NVIDIA · holgerroth · Jun 8, 2026 · Jun 9, 2026 · Jun 12, 2026 · Jun 12, 2026
diff --git a/docs/design/autofl_skill.md b/docs/design/autofl_skill.md
@@ -0,0 +1,204 @@
+# NVFlare Auto-FL Skill Design
+
+## Summary
+
+Auto-FL should enter NVFlare as a skill-first product experience. Users select
+an official NVFlare Auto-FL skill in a coding agent, point it at an existing
+`job.py`, and state the optimization objective, environment, and budget. NVFlare
+owns deterministic import of campaign-relevant settings, execution truth, policy
+boundaries, artifacts, and reproducibility. The agent owns candidate planning,
+code edits within allowed paths, experiment execution through the existing
+`job.py`, comparison, and narrative reporting.
+
+This avoids introducing a new public Auto-FL command tree while still making
+Auto-FL an NVFlare-owned feature.
+
+## Product Boundary
+
+The first production-oriented slice includes:
+
+- A root `skills/nvflare-autofl` agent skill that follows the NVFLARE skills
+  layout used by the general agent-skills work.
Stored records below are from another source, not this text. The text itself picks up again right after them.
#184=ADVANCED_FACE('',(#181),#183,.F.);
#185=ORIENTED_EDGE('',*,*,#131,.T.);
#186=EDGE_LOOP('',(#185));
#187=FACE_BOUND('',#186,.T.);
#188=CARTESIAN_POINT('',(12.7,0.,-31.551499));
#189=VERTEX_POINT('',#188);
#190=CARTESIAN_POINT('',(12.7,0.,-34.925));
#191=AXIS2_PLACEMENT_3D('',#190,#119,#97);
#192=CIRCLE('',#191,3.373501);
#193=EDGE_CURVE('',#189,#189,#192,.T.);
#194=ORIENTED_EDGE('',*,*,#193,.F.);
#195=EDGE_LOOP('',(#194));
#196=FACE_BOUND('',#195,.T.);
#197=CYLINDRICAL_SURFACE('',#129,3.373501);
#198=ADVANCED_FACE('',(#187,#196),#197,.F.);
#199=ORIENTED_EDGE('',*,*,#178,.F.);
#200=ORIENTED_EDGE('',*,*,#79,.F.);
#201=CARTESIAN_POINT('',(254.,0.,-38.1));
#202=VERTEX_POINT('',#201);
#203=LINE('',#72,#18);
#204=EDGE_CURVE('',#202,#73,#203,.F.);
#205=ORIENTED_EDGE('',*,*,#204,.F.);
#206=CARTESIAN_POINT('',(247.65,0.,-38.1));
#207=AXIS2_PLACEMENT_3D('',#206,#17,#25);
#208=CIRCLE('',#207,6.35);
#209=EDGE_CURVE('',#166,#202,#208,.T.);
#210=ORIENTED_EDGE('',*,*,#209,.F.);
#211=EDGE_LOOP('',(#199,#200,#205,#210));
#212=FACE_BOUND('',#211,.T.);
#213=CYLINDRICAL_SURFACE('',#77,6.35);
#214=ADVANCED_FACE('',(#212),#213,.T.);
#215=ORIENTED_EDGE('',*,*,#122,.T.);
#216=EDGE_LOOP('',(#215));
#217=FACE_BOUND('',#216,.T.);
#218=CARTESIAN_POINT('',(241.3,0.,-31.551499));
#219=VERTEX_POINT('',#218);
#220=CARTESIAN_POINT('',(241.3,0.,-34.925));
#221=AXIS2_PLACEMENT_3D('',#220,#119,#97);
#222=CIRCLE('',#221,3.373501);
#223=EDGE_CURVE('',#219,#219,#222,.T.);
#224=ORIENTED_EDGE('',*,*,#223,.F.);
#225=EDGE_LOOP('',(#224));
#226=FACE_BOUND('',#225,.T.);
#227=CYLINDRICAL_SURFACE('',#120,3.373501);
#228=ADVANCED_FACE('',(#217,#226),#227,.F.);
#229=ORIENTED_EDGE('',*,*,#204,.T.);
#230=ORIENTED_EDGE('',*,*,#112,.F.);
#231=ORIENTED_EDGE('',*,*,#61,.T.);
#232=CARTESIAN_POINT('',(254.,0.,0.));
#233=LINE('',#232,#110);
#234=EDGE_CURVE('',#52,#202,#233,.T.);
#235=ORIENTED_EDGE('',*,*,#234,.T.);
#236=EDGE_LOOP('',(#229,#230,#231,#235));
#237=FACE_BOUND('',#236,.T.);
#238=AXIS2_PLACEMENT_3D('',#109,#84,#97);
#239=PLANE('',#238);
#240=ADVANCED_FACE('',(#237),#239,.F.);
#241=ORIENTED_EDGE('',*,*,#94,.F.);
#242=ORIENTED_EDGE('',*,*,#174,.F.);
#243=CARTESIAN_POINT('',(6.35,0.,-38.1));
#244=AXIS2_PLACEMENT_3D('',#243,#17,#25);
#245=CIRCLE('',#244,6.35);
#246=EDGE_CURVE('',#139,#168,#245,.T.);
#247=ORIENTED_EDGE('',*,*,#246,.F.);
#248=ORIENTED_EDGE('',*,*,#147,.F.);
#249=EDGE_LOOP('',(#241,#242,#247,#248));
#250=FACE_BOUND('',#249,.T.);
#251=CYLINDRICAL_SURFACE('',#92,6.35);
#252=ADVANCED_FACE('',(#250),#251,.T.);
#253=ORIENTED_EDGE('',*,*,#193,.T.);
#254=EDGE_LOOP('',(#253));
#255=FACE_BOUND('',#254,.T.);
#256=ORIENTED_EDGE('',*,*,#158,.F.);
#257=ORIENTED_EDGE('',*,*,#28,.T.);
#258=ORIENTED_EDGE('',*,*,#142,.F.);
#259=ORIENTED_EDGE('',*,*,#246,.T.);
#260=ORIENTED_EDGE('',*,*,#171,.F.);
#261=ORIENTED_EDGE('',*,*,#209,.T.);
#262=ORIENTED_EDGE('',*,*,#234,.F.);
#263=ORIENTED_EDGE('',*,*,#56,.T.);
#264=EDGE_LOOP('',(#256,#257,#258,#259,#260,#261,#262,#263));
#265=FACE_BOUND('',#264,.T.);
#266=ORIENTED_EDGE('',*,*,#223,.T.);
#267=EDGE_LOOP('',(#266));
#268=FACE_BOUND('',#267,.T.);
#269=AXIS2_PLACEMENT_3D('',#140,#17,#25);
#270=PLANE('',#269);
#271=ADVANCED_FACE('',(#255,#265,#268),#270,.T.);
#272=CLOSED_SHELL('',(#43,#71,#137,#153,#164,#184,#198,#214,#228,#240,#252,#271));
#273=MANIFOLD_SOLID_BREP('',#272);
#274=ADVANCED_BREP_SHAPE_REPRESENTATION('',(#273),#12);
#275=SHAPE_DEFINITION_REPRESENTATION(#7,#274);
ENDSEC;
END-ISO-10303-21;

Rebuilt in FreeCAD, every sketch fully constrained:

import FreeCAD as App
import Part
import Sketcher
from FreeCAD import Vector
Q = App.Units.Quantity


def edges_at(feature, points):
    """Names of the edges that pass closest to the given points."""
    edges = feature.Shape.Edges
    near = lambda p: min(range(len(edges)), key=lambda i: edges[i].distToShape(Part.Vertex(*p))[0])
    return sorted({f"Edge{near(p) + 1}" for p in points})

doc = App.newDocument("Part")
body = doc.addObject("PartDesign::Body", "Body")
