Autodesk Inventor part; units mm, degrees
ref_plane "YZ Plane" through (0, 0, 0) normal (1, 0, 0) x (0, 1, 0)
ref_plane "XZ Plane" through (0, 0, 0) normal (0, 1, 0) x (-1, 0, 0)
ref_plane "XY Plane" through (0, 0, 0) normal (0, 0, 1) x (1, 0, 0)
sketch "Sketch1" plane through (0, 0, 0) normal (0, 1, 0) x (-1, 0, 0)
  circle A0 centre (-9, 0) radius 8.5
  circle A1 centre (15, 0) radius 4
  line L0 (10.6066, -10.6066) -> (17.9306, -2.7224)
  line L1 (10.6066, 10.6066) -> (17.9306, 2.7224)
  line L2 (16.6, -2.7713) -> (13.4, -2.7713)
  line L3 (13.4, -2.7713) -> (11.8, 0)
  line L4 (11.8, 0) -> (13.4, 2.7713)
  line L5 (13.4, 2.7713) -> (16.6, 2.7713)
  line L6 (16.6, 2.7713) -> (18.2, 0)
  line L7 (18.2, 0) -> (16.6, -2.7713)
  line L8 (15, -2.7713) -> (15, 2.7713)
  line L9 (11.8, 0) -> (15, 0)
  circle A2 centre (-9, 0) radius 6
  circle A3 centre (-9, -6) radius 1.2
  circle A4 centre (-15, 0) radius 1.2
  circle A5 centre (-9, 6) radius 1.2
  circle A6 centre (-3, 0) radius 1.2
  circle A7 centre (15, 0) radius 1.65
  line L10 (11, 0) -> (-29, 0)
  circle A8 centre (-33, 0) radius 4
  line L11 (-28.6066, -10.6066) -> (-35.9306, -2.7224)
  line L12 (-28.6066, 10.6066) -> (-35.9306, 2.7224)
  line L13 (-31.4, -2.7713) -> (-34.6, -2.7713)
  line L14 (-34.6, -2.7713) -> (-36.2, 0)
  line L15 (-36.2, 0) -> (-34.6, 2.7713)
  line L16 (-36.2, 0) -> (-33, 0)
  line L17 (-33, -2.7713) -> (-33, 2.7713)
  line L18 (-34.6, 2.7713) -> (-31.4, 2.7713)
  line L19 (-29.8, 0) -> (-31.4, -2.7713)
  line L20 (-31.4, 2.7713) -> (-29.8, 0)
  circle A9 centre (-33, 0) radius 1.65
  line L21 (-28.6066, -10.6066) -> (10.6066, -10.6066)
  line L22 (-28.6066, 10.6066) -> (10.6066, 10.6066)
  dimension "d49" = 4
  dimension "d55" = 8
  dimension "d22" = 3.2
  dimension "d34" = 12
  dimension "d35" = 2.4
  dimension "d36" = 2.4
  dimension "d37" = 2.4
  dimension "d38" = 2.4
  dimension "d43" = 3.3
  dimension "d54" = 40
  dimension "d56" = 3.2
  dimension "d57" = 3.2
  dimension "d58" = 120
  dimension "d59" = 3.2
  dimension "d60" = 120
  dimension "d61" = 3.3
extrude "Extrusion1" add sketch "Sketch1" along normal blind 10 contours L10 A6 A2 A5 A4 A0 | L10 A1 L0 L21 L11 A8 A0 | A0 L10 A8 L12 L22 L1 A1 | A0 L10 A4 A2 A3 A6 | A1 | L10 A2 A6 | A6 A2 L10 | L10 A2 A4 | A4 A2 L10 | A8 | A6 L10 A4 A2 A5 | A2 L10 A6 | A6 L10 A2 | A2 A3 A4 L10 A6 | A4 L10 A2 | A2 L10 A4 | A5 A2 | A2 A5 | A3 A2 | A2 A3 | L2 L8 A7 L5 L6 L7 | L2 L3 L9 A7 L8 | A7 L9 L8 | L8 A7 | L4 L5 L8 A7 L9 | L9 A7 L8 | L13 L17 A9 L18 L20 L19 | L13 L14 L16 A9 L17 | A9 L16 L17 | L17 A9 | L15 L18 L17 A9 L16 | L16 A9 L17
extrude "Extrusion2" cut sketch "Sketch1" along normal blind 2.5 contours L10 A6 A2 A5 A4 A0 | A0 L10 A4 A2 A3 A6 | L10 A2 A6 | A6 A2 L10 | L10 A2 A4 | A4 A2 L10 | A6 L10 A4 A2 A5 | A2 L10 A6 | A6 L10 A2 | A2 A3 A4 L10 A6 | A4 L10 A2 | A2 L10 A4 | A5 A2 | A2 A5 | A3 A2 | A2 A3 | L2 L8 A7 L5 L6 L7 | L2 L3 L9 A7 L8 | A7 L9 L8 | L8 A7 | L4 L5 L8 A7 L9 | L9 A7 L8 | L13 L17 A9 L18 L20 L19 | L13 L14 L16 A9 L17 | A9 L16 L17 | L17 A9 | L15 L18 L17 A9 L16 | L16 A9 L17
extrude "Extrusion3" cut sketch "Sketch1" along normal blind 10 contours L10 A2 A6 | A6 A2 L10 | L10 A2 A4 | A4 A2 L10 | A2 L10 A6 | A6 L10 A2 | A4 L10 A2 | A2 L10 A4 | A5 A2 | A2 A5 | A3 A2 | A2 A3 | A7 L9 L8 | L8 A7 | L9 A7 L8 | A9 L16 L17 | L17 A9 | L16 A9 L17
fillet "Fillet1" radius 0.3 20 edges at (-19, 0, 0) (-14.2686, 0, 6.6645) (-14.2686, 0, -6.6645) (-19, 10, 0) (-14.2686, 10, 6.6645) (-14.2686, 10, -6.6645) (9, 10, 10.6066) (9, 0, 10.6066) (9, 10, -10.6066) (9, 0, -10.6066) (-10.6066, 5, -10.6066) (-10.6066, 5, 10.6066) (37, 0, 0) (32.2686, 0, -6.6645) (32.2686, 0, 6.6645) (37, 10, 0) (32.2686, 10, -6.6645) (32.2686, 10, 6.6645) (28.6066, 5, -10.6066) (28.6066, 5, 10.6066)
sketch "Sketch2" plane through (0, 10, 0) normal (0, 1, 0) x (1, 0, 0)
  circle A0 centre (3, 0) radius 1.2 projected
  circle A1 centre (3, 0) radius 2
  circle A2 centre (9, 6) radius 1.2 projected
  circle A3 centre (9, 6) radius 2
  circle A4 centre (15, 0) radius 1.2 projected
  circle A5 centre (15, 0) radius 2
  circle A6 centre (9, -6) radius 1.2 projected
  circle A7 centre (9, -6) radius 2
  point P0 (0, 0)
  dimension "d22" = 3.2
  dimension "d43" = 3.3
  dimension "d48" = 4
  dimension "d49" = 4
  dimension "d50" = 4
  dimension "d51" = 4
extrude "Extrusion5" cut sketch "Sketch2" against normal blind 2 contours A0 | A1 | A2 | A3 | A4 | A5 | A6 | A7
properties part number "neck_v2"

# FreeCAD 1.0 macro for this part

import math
import FreeCAD as App
import Part
import Sketcher

V = App.Vector
Q = App.Units.Quantity


def edges_at(feature, points):
    """Names of the edges that pass closest to the given points."""
    edges = feature.Shape.Edges
    near = lambda p: min(range(len(edges)), key=lambda i: edges[i].distToShape(Part.Vertex(*p))[0])
    return sorted({f"Edge{near(p) + 1}" for p in points})

doc = App.newDocument("Part")
body = doc.addObject("PartDesign::Body", "Body")

sketch1 = body.newObject("Sketcher::SketchObject", "Sketch")
sketch1.AttachmentSupport = (doc.getObject("XZ_Plane"), [""])
sketch1.MapMode = "FlatFace"
sketch1.addGeometry([
    Part.LineSegment(V(28.6066, 10.6066, 0), V(35.9306, 2.7224, 0)),
    Part.ArcOfCircle(Part.Circle(V(33, 0, 0), V(0, 0, 1), 4), math.radians(-42.89075), math.radians(42.89075)),
    Part.LineSegment(V(35.9306, -2.7224, 0), V(28.6066, -10.6066, 0)),
    Part.LineSegment(V(28.6066, -10.6066, 0), V(-10.6066, -10.6066, 0)),
    Part.LineSegment(V(-10.6066, -10.6066, 0), V(-17.9306, -2.7224, 0)),
    Part.ArcOfCircle(Part.Circle(V(-15, 0, 0), V(0, 0, 1), 4), math.radians(137.10925), math.radians(222.89075)),
    Part.LineSegment(V(-17.9306, 2.7224, 0), V(-10.6066, 10.6066, 0)),
    Part.LineSegment(V(-10.6066, 10.6066, 0), V(28.6066, 10.6066, 0)),
], False)
sketch1.addConstraint([
    Sketcher.Constraint("Tangent", 0, 2, 1, 2),
    Sketcher.Constraint("Tangent", 1, 1, 2, 1),
    Sketcher.Constraint("Coincident", 2, 2, 3, 1),
    Sketcher.Constraint("Coincident", 3, 2, 4, 1),
    Sketcher.Constraint("Tangent", 4, 2, 5, 2),
    Sketcher.Constraint("Tangent", 5, 1, 6, 1),
    Sketcher.Constraint("Coincident", 6, 2, 7, 1),
    Sketcher.Constraint("Coincident", 7, 2, 0, 1),
    Sketcher.Constraint("Horizontal", 3),
    Sketcher.Constraint("Horizontal", 7),
    Sketcher.Constraint("Equal", 1, 5),
    Sketcher.Constraint("Symmetric", 0, 2, 1, 1, -1),
    Sketcher.Constraint("Symmetric", 4, 2, 5, 1, -1),
    Sketcher.Constraint("Parallel", 0, 4),
    Sketcher.Constraint("Vertical", 3, 2, 6, 2),
    Sketcher.Constraint("Radius", 1, 4.0),
    Sketcher.Constraint("DistanceX", -1, 1, 1, 3, 33.0),
    Sketcher.Constraint("DistanceX", 5, 3, -1, 1, 15.0),
    Sketcher.Constraint("Angle", 0, Q("-47.1096 deg")),
    Sketcher.Constraint("Distance", 0, 10.761),
])
pad1 = body.newObject("PartDesign::Pad", "Pad")
pad1.Profile = sketch1
pad1.Length = 10
pad1.Reversed = True

sketch2 = body.newObject("Sketcher::SketchObject", "Sketch001")
sketch2.AttachmentSupport = (doc.getObject("XZ_Plane"), [""])
sketch2.MapMode = "FlatFace"
sketch2.addGeometry([
    Part.Circle(V(9, 0, 0), V(0, 0, 1), 8.5),
    Part.LineSegment(V(-16.6, -2.7713, 0), V(-18.2, 0, 0)),
    Part.LineSegment(V(-18.2, 0, 0), V(-16.6, 2.7713, 0)),
    Part.LineSegment(V(-16.6, 2.7713, 0), V(-13.4, 2.7713, 0)),
    Part.LineSegment(V(-13.4, 2.7713, 0), V(-11.8, 0, 0)),
    Part.LineSegment(V(-11.8, 0, 0), V(-13.4, -2.7713, 0)),
    Part.LineSegment(V(-13.4, -2.7713, 0), V(-16.6, -2.7713, 0)),
    Part.LineSegment(V(31.4, -2.7713, 0), V(29.8, 0, 0)),
    Part.LineSegment(V(29.8, 0, 0), V(31.4, 2.7713, 0)),
    Part.LineSegment(V(31.4, 2.7713, 0), V(34.6, 2.7713, 0)),
    Part.LineSegment(V(34.6, 2.7713, 0), V(36.2, 0, 0)),
    Part.LineSegment(V(36.2, 0, 0), V(34.6, -2.7713, 0)),
    Part.LineSegment(V(34.6, -2.7713, 0), V(31.4, -2.7713, 0)),
], False)
sketch2.addConstraint([
    Sketcher.Constraint("Coincident", 1, 2, 2, 1),
    Sketcher.Constraint("Coincident", 2, 2, 3, 1),
    Sketcher.Constraint("Coincident", 3, 2, 4, 1),
    Sketcher.Constraint("Coincident", 4, 2, 5, 1),
    Sketcher.Constraint("Coincident", 5, 2, 6, 1),
    Sketcher.Constraint("Coincident", 6, 2, 1, 1),
    Sketcher.Constraint("Coincident", 7, 2, 8, 1),
    Sketcher.Constraint("Coincident", 8, 2, 9, 1),
    Sketcher.Constraint("Coincident", 9, 2, 10, 1),
    Sketcher.Constraint("Coincident", 10, 2, 11, 1),
    Sketcher.Constraint("Coincident", 11, 2, 12, 1),
    Sketcher.Constraint("Coincident", 12, 2, 7, 1),
    Sketcher.Constraint("Horizontal", 3),
    Sketcher.Constraint("Horizontal", 6),
    Sketcher.Constraint("Horizontal", 9),
    Sketcher.Constraint("Horizontal", 12),
    Sketcher.Constraint("Symmetric", 3, 2, 5, 2, -1),
    Sketcher.Constraint("Symmetric", 9, 2, 11, 2, -1),
    Sketcher.Constraint("PointOnObject", 0, 3, -1),
    Sketcher.Constraint("PointOnObject", 1, 2, -1),
    Sketcher.Constraint("PointOnObject", 4, 2, -1),
    Sketcher.Constraint("PointOnObject", 7, 2, -1),
    Sketcher.Constraint("PointOnObject", 10, 2, -1),
    Sketcher.Constraint("Parallel", 1, 4),
    Sketcher.Constraint("Parallel", 2, 5),
    Sketcher.Constraint("Parallel", 4, 7),
    Sketcher.Constraint("Parallel", 5, 8),
    Sketcher.Constraint("Parallel", 7, 10),
    Sketcher.Constraint("Horizontal", 3, 2, 8, 2),
    Sketcher.Constraint("Equal", 6, 9),
    Sketcher.Constraint("Angle", 1, Q("119.9998 deg")),
    Sketcher.Constraint("Diameter", 0, 17.0),
    Sketcher.Constraint("DistanceX", 3, 1, 3, 2, 3.2),
    Sketcher.Constraint("Distance", 1, 3.2),
    Sketcher.Constraint("DistanceX", -1, 1, 0, 3, 9.0),
    Sketcher.Constraint("DistanceX", 3, 2, 9, 2, 48.0),
    Sketcher.Constraint("DistanceX", 1, 2, -1, 1, 18.2),
])
pocket1 = body.newObject("PartDesign::Pocket", "Pocket")
pocket1.Profile = sketch2
pocket1.Length = 2.5

sketch3 = body.newObject("Sketcher::SketchObject", "Sketch002")
sketch3.AttachmentSupport = (doc.getObject("XZ_Plane"), [""])
sketch3.MapMode = "FlatFace"
sketch3.addGeometry([
    Part.Circle(V(3, 0, 0), V(0, 0, 1), 1.2),
    Part.Circle(V(15, 0, 0), V(0, 0, 1), 1.2),
    Part.Circle(V(9, 6, 0), V(0, 0, 1), 1.2),
    Part.Circle(V(9, -6, 0), V(0, 0, 1), 1.2),
    Part.Circle(V(-15, 0, 0), V(0, 0, 1), 1.65),
    Part.Circle(V(33, 0, 0), V(0, 0, 1), 1.65),
], False)
sketch3.addConstraint([
    Sketcher.Constraint("Equal", 0, 1),
    Sketcher.Constraint("Equal", 1, 2),
    Sketcher.Constraint("Equal", 2, 3),
    Sketcher.Constraint("Equal", 4, 5),
    Sketcher.Constraint("Symmetric", 1, 3, 4, 3, -1, 1),
    Sketcher.Constraint("Symmetric", 2, 3, 3, 3, -1),
    Sketcher.Constraint("PointOnObject", 0, 3, -1),
    Sketcher.Constraint("PointOnObject", 1, 3, -1),
    Sketcher.Constraint("PointOnObject", 5, 3, -1),
    Sketcher.Constraint("Diameter", 0, 2.4),
    Sketcher.Constraint("Diameter", 4, 3.3),
    Sketcher.Constraint("DistanceX", 0, 3, 1, 3, 12.0),
    Sketcher.Constraint("DistanceY", 3, 3, 2, 3, 12.0),
    Sketcher.Constraint("DistanceX", -1, 1, 0, 3, 3.0),
    Sketcher.Constraint("DistanceX", -1, 1, 2, 3, 9.0),
    Sketcher.Constraint("DistanceX", -1, 1, 5, 3, 33.0),
])
pocket2 = body.newObject("PartDesign::Pocket", "Pocket001")
pocket2.Profile = sketch3
pocket2.Length = 10
doc.recompute()

fillet = body.newObject("PartDesign::Fillet", "Fillet")
fillet.Base = (pocket2, edges_at(pocket2, [
    (-19, 0, 0),
    (-14.269, 0, 6.665),
    (-14.269, 0, -6.665),
    (-19, 10, 0),
    (-14.269, 10, 6.665),
    (-14.269, 10, -6.665),
    (9, 10, 10.607),
    (9, 0, 10.607),
    (9, 10, -10.607),
    (9, 0, -10.607),
    (-10.607, 5, -10.607),
    (-10.607, 5, 10.607),
    (37, 0, 0),
    (32.269, 0, -6.665),
    (32.269, 0, 6.665),
    (37, 10, 0),
    (32.269, 10, -6.665),
    (32.269, 10, 6.665),
    (28.607, 5, -10.607),
    (28.607, 5, 10.607),
]))
fillet.Radius = 0.3

sketch4 = body.newObject("Sketcher::SketchObject", "Sketch003")
sketch4.AttachmentSupport = (doc.getObject("XZ_Plane"), [""])
sketch4.MapMode = "FlatFace"
sketch4.AttachmentOffset = App.Placement(V(0, 0, -10), App.Rotation())
sketch4.addGeometry([
    Part.Circle(V(3, 0, 0), V(0, 0, 1), 2),
    Part.Circle(V(9, -6, 0), V(0, 0, 1), 2),
    Part.Circle(V(15, 0, 0), V(0, 0, 1), 2),
    Part.Circle(V(9, 6, 0), V(0, 0, 1), 2),
], False)
sketch4.addConstraint([
    Sketcher.Constraint("Equal", 0, 1),
    Sketcher.Constraint("Equal", 1, 2),
    Sketcher.Constraint("Equal", 2, 3),
    Sketcher.Constraint("Symmetric", 1, 3, 3, 3, -1),
    Sketcher.Constraint("PointOnObject", 0, 3, -1),
    Sketcher.Constraint("PointOnObject", 2, 3, -1),
    Sketcher.Constraint("Diameter", 0, 4.0),
    Sketcher.Constraint("DistanceX", -1, 1, 0, 3, 3.0),
    Sketcher.Constraint("DistanceX", -1, 1, 1, 3, 9.0),
    Sketcher.Constraint("DistanceY", 1, 3, -1, 1, 6.0),
    Sketcher.Constraint("DistanceX", -1, 1, 2, 3, 15.0),
])
pocket3 = body.newObject("PartDesign::Pocket", "Pocket002")
pocket3.Profile = sketch4
pocket3.Length = 2
pocket3.Reversed = True

doc.recompute()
+- A deterministic `job.py` importer that emits reviewable `autofl.yaml` for the
+  Auto-FL campaign.
+- A trust contract in `autofl.yaml` showing editable campaign settings,
+  unresolved fields, fixed-budget constraints, and allowed edit paths.
+- A skill-local candidate lifecycle that snapshots the current best source,
+  gives the agent an isolated draft, validates the resulting patch, and keeps or
+  restores source according to the campaign metric.
+- A companion `skills/nvflare-autofl-report` skill that deterministically turns
+  a stopped campaign ledger, state, config, and manifests into human- and
+  machine-readable final report artifacts.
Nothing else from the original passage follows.